For months now I’ve had this word pop into my head. Precipice. I don’t even think that’s a commonly used word, is it? It would pop in my head in quiet moments…driving in the car or just when I'd be at the brink of falling asleep at night. This obscure word just there, looming.
I’ve always had anxiety. Always worried about any and every little thing. One element of my personal brand of anxiety makes me believe if I worry about something or say it out loud, that prevents it from happening. Because what are the odds my crazy thought comes true if I said it? (This may err on the side of OCD but that's a diagnosis for a different day...)
I have feared whatever the precipice meant for months now...just couldn't shake this feeling that I was balancing on the edge of this scary place I never asked to be.

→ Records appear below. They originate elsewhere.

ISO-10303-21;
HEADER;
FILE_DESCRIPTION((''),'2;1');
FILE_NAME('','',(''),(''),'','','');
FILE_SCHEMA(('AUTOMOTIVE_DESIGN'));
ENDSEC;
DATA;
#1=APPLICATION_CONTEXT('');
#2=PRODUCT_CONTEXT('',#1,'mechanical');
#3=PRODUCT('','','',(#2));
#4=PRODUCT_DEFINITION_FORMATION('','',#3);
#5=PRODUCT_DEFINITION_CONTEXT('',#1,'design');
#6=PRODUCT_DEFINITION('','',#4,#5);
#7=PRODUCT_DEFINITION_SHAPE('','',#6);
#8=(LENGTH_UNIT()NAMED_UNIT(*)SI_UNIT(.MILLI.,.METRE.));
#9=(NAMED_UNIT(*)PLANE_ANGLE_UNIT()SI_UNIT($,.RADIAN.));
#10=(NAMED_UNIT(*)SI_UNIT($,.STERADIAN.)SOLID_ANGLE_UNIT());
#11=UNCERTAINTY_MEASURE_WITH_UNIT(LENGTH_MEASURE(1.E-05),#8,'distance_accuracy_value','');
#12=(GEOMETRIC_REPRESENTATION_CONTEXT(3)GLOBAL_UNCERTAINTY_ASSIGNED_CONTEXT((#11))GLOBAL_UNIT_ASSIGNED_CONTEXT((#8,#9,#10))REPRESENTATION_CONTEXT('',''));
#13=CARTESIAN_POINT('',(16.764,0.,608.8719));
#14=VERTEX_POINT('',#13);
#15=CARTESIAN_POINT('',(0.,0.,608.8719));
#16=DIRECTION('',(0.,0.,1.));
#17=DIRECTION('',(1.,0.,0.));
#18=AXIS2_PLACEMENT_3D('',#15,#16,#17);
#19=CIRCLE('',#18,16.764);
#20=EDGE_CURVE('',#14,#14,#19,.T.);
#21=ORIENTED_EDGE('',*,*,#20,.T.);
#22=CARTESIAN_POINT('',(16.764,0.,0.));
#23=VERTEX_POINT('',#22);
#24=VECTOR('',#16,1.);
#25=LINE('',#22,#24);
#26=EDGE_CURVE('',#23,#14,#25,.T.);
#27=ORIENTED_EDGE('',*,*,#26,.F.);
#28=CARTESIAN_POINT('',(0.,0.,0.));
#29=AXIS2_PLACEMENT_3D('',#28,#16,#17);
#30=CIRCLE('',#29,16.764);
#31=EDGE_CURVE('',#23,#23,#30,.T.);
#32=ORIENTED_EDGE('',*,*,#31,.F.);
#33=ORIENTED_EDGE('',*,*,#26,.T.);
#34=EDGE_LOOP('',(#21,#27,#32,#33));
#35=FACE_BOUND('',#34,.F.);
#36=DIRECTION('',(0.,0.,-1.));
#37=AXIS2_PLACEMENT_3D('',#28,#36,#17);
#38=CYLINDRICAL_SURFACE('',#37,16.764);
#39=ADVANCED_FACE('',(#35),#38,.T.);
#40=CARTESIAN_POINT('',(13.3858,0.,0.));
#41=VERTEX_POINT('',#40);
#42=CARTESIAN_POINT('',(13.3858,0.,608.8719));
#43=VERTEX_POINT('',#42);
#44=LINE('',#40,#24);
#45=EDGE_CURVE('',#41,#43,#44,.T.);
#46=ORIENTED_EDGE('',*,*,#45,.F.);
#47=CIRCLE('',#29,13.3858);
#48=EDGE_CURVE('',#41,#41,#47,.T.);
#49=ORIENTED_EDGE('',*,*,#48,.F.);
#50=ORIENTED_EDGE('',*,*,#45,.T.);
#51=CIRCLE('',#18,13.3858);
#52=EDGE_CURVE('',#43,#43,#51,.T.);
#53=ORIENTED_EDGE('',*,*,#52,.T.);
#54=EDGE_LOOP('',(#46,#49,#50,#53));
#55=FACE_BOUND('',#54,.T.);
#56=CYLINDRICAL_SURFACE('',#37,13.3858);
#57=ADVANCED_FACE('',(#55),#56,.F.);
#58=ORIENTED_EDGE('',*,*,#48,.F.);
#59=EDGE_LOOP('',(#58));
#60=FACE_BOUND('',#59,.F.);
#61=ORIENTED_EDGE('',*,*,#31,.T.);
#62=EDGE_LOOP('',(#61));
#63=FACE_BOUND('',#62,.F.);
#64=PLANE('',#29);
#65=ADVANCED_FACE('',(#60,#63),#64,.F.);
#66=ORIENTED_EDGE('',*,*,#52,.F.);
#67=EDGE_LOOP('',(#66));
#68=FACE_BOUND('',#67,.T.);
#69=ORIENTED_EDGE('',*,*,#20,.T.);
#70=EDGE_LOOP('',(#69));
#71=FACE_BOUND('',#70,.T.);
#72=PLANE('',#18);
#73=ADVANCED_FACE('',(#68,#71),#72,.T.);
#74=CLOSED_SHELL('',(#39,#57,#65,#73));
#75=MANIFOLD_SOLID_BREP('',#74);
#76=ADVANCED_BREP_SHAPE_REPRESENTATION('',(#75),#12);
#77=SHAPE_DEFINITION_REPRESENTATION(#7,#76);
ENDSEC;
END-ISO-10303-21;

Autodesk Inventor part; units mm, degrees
ref_plane "YZ Plane" through (0, 0, 0) normal (1, 0, 0) x (0, 1, 0)
ref_plane "Start plane" through (0, 0, 0) normal (0, 0, 1) x (1, 0, 0)
ref_plane "End plane" through (0, 0, 608.8719) normal (0, 0, 1) x (1, 0, 0)
sketch "Sketch" plane through (0, 0, 0) normal (0, 0, 1) x (1, 0, 0)
  circle A0 centre (0, 0) radius 13.3858
  circle A1 centre (0, 0) radius 16.764
  dimension "d0" = 33.528
  dimension "d1" = 3.3782
extrude "Body" add sketch "Sketch" along normal up to surface (608.8719 mm away) from surface at 0
sketch "Sketch3" plane through (0, 0, 0) normal (0, 0, 1) x (1, 0, 0)
  line L0 (0, 0) -> (10, 0)
ref_plane "Work Plane3" through (0, 0, 0) normal (0, -1, 0) x (1, 0, 0)
sketch "Sketch4" plane through (0, 0, 0) normal (0, -1, 0) x (1, 0, 0)
  line L0 (-2, 0) -> (12, 0) projected
  line L1 (-2, 608.8719) -> (12, 608.8719) projected
  dimension "d7" = 608.8719
equation "\"d0\" = G_H"
equation "\"d1\" = G_T"
equation "\"d2\" = G_L"
equation "\"G_H\" = 33.528"
equation "\"G_T\" = 3.3782"
equation "\"G_L\" = d7"
equation "\"G_OFFSET_START\" = 0"
equation "\"G_OFFSET_END\" = 0"
equation "\"d5\" = G_OFFSET_END + B_L"
equation "\"B_L\" = 608.87191"
properties part number "ANSI - 1 x 0.133 - 23.971" material "Steel, Mild"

Then, my sweet, angel of a mother-in-law passed away suddenly. Though we lived through it and were there to see it happen, none of it feels real and all of it feels entirely, and unbearably wrong.
I have never lost someone close to me until this and for that I am grateful...a gratitude I didn't know I should have been carrying around with me before this but now I do. Grief is not just the result of losing that person, but realizing you are losing a part of yourself too. You are now forced to live with the reality of being without the person you lost and what that reality will make you become in their absence. That truth affects you to your core and instantly changes how you view and navigate the world.
For me, that is the hardest part to grasp - the memories that won't get to be made. I am grateful my husband and mother-in-law had the best possible relationship. He'd call her to check in every night. Usually when I would hop in the shower he would give her a call. It always made me smile that he took the time to do that. I loved her for caring so much, always wanting to know even the smallest details of his day. I am grateful my son got to know her and be loved by her so deeply. But my heart is broken for all the days lost, the days coming that even when filled with joy will always be tarnished with varying degrees of sadness too.
Grief is not just how you are feeling now, its knowing that the pain here isn't temporary. The loss of someone is crushing. It's a jolt, a punch, a harsh and quick period at the end of sentence. Grief though, that is what lingers. Grief is heavy and unforgiving. It sneaks up on you the second your brain allows you to let it leave your mind. It's knowing there will be birthdays, holidays, celebrations...and just the simple mundane moments where that person's words, love and light are needed and they will just not be here. It is the sadness of the loss that creates the hole of grief in you, and that grief has already claimed its stake on each of the moments you wish they could be here for in the future.
And, while I have come to this precipice, stood on the edge and now find myself falling into this abyss of grief, I know sadly there is no bottom, no end. There will just be getting used to the falling, hoping some days it feels slower than others, less heavy and dark, giving us the chance to grasp on to the things and people that bring us joy, and hopefully teaching us to hold onto them tighter.